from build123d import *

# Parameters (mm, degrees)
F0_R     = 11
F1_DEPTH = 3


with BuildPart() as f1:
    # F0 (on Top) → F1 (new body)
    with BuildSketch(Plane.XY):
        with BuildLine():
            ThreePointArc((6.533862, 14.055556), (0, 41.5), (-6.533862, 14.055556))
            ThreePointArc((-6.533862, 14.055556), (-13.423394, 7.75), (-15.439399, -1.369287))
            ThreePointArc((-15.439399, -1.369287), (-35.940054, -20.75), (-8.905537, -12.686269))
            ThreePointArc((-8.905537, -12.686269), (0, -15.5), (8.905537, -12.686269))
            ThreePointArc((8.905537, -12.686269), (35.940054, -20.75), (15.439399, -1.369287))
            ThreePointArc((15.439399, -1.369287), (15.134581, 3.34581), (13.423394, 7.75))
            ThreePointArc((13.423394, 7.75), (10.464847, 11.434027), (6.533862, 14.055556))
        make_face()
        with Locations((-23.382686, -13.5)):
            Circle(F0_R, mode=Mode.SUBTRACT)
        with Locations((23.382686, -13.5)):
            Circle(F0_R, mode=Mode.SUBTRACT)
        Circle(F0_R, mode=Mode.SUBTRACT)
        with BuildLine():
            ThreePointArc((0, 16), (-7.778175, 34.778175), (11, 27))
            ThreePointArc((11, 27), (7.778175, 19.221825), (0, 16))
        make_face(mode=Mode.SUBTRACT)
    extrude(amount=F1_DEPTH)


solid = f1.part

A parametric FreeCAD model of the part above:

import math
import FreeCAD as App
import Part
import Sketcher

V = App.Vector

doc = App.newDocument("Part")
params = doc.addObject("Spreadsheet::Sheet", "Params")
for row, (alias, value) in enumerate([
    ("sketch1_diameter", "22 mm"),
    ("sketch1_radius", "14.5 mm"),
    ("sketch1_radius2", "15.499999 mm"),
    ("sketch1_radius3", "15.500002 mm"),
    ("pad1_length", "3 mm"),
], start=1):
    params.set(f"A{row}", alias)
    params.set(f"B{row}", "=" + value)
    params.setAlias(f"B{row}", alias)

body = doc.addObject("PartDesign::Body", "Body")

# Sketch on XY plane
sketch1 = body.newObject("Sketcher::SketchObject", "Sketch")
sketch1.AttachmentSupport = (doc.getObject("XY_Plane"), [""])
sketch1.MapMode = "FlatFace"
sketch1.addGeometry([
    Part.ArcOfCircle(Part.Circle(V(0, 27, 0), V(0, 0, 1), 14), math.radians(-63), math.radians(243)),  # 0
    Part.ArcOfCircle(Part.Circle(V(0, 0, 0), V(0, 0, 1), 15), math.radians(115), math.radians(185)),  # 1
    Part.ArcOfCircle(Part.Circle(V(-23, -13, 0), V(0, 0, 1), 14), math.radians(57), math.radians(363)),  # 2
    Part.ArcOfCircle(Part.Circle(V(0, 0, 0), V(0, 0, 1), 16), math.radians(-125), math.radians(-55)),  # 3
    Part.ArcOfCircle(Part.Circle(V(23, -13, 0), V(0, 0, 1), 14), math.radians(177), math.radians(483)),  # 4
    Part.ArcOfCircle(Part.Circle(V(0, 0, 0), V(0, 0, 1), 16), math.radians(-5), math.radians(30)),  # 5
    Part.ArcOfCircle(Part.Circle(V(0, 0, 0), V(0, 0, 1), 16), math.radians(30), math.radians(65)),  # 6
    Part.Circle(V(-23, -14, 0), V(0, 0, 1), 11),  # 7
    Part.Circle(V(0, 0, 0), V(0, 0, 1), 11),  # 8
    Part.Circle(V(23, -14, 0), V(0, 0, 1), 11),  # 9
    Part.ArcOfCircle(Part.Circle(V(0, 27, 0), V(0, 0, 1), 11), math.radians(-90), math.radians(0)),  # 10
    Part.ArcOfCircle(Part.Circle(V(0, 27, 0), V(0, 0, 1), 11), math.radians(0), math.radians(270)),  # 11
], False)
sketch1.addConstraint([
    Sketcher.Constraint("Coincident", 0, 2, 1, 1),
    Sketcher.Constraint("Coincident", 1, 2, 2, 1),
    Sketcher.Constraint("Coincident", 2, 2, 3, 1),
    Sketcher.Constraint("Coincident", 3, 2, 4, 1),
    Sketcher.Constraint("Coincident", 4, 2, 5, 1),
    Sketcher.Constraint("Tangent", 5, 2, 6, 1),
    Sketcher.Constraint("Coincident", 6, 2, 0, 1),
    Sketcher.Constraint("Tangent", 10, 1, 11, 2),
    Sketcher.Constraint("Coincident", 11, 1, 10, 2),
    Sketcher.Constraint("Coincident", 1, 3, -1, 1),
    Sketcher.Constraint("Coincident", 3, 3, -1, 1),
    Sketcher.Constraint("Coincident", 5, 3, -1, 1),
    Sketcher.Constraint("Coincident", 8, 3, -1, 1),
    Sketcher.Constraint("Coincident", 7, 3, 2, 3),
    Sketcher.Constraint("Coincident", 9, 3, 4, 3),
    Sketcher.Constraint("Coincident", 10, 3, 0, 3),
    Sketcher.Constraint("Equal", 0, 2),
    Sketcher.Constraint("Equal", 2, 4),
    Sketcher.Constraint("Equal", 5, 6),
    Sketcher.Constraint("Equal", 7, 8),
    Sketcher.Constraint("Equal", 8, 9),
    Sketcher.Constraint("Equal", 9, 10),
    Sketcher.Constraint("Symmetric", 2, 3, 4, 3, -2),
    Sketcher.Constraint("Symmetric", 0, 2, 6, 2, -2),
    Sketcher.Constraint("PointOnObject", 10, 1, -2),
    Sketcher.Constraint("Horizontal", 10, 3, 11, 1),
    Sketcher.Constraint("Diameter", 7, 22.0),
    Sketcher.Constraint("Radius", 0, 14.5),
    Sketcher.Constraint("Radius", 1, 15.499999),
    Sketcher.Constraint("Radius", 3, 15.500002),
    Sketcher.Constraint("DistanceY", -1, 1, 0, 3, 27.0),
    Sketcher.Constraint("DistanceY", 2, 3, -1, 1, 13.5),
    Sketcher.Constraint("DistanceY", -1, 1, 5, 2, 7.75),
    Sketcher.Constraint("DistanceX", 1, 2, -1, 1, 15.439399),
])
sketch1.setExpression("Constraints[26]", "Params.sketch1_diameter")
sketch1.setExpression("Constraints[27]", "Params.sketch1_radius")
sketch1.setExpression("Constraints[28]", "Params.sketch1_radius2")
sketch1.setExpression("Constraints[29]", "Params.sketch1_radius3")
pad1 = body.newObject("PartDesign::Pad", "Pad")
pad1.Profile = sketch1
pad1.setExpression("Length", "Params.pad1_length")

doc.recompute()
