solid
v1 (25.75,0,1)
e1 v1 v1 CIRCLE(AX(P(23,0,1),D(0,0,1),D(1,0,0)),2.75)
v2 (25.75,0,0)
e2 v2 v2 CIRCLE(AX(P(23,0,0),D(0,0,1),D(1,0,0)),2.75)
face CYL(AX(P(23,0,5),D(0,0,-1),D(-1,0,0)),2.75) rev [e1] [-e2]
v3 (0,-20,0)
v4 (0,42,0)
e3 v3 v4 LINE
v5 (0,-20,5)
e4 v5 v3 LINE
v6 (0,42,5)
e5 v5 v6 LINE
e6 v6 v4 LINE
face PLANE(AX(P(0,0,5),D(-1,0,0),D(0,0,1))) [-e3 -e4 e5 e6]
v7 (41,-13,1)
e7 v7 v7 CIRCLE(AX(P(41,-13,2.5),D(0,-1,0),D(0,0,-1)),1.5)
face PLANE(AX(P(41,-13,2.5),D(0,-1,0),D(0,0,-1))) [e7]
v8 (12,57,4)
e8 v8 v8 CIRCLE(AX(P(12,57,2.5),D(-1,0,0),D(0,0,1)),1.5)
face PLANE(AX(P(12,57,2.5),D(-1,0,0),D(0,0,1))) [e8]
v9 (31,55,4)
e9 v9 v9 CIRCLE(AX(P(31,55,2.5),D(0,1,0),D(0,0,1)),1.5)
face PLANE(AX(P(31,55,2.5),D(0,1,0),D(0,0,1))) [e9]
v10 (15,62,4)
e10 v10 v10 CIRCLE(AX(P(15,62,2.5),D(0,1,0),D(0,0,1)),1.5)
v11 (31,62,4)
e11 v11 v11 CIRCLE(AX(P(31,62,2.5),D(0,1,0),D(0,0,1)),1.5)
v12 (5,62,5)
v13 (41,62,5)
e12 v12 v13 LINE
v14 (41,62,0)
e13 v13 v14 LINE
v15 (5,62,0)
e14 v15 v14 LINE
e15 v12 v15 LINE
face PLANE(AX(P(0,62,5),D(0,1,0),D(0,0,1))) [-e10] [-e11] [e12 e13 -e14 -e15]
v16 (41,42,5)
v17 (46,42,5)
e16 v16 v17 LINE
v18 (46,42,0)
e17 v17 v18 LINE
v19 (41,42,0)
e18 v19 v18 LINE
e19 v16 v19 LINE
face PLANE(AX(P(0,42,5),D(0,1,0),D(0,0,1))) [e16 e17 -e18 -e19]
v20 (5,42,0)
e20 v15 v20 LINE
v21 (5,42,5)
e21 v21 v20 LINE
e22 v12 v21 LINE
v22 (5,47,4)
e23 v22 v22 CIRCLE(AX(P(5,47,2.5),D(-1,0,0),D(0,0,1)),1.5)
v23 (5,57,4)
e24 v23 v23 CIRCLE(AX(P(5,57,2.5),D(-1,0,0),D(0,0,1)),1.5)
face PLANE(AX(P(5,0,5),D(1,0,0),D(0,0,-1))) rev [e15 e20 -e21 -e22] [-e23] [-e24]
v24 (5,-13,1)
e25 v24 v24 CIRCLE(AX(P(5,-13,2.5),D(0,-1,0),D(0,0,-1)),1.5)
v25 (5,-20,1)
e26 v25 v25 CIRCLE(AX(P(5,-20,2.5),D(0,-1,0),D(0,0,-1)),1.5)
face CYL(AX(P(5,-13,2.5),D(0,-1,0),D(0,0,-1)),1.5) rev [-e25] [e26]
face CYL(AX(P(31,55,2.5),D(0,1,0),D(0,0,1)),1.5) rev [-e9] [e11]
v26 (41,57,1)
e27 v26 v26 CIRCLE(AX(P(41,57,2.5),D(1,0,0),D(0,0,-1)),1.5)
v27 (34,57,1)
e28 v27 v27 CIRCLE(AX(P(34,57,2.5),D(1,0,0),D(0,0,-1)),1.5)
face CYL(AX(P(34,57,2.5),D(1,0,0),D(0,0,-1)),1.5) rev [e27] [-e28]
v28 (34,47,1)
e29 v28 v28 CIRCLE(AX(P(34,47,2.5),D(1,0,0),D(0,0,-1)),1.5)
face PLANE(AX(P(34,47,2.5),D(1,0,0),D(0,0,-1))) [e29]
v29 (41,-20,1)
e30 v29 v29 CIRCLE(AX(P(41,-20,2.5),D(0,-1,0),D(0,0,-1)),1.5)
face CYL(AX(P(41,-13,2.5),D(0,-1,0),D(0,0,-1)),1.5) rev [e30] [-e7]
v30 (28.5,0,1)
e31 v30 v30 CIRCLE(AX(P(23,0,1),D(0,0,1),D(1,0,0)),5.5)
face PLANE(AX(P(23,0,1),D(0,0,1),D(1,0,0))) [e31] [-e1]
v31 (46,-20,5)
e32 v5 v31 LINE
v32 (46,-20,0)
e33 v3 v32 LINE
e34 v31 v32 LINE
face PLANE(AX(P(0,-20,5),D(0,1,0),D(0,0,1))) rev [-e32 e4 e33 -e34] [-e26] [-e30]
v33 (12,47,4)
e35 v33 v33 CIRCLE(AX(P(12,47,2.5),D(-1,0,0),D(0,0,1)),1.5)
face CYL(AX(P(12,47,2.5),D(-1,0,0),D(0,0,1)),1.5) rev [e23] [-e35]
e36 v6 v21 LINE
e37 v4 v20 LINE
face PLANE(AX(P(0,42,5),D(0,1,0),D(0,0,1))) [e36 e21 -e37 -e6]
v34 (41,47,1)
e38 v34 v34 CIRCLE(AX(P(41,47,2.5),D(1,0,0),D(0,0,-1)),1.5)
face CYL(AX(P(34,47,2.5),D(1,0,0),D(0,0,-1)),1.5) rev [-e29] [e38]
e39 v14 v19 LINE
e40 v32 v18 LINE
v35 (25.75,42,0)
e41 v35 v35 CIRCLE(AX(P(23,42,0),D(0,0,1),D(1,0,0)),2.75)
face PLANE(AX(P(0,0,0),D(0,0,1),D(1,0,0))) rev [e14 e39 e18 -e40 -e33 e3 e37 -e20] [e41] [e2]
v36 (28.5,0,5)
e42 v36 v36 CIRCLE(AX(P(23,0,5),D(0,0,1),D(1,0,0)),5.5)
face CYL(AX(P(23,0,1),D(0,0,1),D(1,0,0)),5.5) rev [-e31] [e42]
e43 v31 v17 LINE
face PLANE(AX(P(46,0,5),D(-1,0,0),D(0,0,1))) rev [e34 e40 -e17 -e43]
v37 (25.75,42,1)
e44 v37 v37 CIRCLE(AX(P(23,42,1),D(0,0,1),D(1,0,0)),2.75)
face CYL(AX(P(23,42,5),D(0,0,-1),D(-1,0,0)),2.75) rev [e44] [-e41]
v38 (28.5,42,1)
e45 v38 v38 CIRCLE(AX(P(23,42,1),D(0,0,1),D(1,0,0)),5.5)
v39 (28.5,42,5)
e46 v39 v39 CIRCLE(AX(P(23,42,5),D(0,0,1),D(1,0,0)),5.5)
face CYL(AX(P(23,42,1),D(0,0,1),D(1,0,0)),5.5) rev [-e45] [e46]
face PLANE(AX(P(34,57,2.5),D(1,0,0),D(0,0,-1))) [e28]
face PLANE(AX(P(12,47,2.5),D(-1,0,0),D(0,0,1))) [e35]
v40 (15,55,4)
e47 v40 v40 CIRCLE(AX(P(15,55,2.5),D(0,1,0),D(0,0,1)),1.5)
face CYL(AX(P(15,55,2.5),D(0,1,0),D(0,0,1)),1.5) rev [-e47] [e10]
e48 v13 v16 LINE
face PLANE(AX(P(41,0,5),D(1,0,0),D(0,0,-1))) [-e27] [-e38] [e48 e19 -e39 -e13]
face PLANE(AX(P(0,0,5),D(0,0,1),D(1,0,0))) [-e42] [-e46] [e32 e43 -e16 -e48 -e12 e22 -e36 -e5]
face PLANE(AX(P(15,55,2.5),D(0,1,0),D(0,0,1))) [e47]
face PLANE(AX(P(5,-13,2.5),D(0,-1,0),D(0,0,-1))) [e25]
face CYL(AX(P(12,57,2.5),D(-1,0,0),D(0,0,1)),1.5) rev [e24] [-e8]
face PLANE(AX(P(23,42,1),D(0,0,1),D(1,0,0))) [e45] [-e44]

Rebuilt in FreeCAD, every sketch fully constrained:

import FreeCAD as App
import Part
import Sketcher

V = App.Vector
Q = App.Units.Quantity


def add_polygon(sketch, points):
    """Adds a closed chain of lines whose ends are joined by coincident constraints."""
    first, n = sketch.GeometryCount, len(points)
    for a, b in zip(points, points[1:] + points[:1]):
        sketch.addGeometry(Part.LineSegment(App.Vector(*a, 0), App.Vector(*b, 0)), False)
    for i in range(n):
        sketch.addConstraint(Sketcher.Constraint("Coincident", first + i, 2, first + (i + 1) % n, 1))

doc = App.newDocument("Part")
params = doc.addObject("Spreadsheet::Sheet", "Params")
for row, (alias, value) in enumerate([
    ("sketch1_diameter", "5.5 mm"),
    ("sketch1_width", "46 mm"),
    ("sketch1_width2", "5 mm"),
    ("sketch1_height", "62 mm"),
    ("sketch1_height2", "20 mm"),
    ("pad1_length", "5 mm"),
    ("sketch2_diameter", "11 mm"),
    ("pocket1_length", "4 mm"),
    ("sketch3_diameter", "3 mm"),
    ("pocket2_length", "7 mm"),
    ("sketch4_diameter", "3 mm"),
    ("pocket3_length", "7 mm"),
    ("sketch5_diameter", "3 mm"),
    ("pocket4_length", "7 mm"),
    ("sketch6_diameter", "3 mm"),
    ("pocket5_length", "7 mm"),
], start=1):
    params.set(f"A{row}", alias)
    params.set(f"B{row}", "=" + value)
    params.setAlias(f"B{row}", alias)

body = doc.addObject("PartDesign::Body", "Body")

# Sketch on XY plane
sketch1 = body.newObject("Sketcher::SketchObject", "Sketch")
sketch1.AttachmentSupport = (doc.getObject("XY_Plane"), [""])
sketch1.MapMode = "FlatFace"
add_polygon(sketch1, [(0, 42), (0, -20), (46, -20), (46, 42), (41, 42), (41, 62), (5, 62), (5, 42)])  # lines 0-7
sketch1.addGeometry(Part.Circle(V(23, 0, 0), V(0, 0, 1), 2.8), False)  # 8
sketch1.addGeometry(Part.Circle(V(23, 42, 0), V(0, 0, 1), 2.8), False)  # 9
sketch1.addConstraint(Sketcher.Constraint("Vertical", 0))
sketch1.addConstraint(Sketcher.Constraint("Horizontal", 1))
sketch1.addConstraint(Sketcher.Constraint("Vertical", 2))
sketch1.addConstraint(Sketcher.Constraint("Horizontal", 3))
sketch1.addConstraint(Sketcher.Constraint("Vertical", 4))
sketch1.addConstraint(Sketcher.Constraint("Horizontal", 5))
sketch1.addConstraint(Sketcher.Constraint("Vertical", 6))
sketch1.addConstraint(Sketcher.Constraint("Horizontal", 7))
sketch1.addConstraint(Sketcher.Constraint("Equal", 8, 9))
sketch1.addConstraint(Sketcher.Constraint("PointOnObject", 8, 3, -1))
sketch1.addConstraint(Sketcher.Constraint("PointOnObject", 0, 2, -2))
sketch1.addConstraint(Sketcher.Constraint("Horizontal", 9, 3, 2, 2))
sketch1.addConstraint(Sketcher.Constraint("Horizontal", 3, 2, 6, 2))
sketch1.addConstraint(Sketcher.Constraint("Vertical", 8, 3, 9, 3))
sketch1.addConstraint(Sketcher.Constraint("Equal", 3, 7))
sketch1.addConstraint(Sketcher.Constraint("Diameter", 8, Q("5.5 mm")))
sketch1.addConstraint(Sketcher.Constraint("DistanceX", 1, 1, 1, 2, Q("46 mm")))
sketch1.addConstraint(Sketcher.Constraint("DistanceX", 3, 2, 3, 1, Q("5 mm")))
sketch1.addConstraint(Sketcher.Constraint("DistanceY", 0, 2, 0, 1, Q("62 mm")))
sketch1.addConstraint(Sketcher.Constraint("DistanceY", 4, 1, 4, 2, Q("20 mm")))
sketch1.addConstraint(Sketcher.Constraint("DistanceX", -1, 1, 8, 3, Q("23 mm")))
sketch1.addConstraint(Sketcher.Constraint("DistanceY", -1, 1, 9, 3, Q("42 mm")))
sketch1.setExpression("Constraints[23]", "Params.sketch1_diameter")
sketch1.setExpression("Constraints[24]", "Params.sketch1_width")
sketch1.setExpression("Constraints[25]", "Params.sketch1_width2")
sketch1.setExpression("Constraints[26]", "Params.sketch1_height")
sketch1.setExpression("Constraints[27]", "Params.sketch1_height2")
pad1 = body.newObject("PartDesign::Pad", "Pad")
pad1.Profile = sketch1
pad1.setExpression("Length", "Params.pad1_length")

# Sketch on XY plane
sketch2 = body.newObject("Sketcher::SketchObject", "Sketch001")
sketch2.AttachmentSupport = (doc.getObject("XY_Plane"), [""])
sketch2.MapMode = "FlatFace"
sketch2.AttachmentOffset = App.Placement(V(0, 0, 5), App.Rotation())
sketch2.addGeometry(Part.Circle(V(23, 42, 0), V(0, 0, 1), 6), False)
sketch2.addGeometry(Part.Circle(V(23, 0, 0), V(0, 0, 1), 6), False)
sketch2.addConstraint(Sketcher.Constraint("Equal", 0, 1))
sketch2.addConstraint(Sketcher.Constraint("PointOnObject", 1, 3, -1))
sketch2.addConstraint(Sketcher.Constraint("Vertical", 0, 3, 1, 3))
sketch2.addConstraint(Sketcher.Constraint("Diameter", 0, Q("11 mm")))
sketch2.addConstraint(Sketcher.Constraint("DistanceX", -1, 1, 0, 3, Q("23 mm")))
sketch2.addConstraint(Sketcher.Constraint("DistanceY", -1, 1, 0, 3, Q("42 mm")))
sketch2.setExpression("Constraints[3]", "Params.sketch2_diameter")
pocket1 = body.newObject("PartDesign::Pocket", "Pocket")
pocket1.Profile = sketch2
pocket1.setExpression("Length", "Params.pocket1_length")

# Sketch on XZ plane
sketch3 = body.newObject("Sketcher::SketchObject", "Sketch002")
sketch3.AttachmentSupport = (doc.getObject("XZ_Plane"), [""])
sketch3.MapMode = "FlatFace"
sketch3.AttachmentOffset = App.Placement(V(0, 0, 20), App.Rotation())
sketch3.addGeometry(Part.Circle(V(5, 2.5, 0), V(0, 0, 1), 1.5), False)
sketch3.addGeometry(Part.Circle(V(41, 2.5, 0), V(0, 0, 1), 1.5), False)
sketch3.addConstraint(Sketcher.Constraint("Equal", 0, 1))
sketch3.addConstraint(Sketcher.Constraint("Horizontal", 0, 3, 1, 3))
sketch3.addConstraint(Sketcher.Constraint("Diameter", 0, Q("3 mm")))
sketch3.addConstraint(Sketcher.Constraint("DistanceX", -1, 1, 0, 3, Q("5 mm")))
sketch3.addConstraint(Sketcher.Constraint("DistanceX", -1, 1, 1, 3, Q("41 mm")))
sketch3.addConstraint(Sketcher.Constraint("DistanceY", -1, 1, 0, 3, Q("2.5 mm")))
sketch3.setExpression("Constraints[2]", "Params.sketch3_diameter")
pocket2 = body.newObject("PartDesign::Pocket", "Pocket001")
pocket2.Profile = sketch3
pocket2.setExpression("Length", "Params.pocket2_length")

..........

* Activity
In the data above, find the line that contains "e41 v35 v35" and the line that contains "v38 (28.5,42,1)". Repeat exactly those lines and every line between them, and only those.

* Result of the exercise
e41 v35 v35 CIRCLE(AX(P(23,42,0),D(0,0,1),D(1,0,0)),2.75)
face PLANE(AX(P(0,0,0),D(0,0,1),D(1,0,0))) rev [e14 e39 e18 -e40 -e33 e3 e37 -e20] [e41] [e2]
v36 (28.5,0,5)
e42 v36 v36 CIRCLE(AX(P(23,0,5),D(0,0,1),D(1,0,0)),5.5)
face CYL(AX(P(23,0,1),D(0,0,1),D(1,0,0)),5.5) rev [-e31] [e42]
e43 v31 v17 LINE
face PLANE(AX(P(46,0,5),D(-1,0,0),D(0,0,1))) rev [e34 e40 -e17 -e43]
v37 (25.75,42,1)
e44 v37 v37 CIRCLE(AX(P(23,42,1),D(0,0,1),D(1,0,0)),2.75)
face CYL(AX(P(23,42,5),D(0,0,-1),D(-1,0,0)),2.75) rev [e44] [-e41]
v38 (28.5,42,1)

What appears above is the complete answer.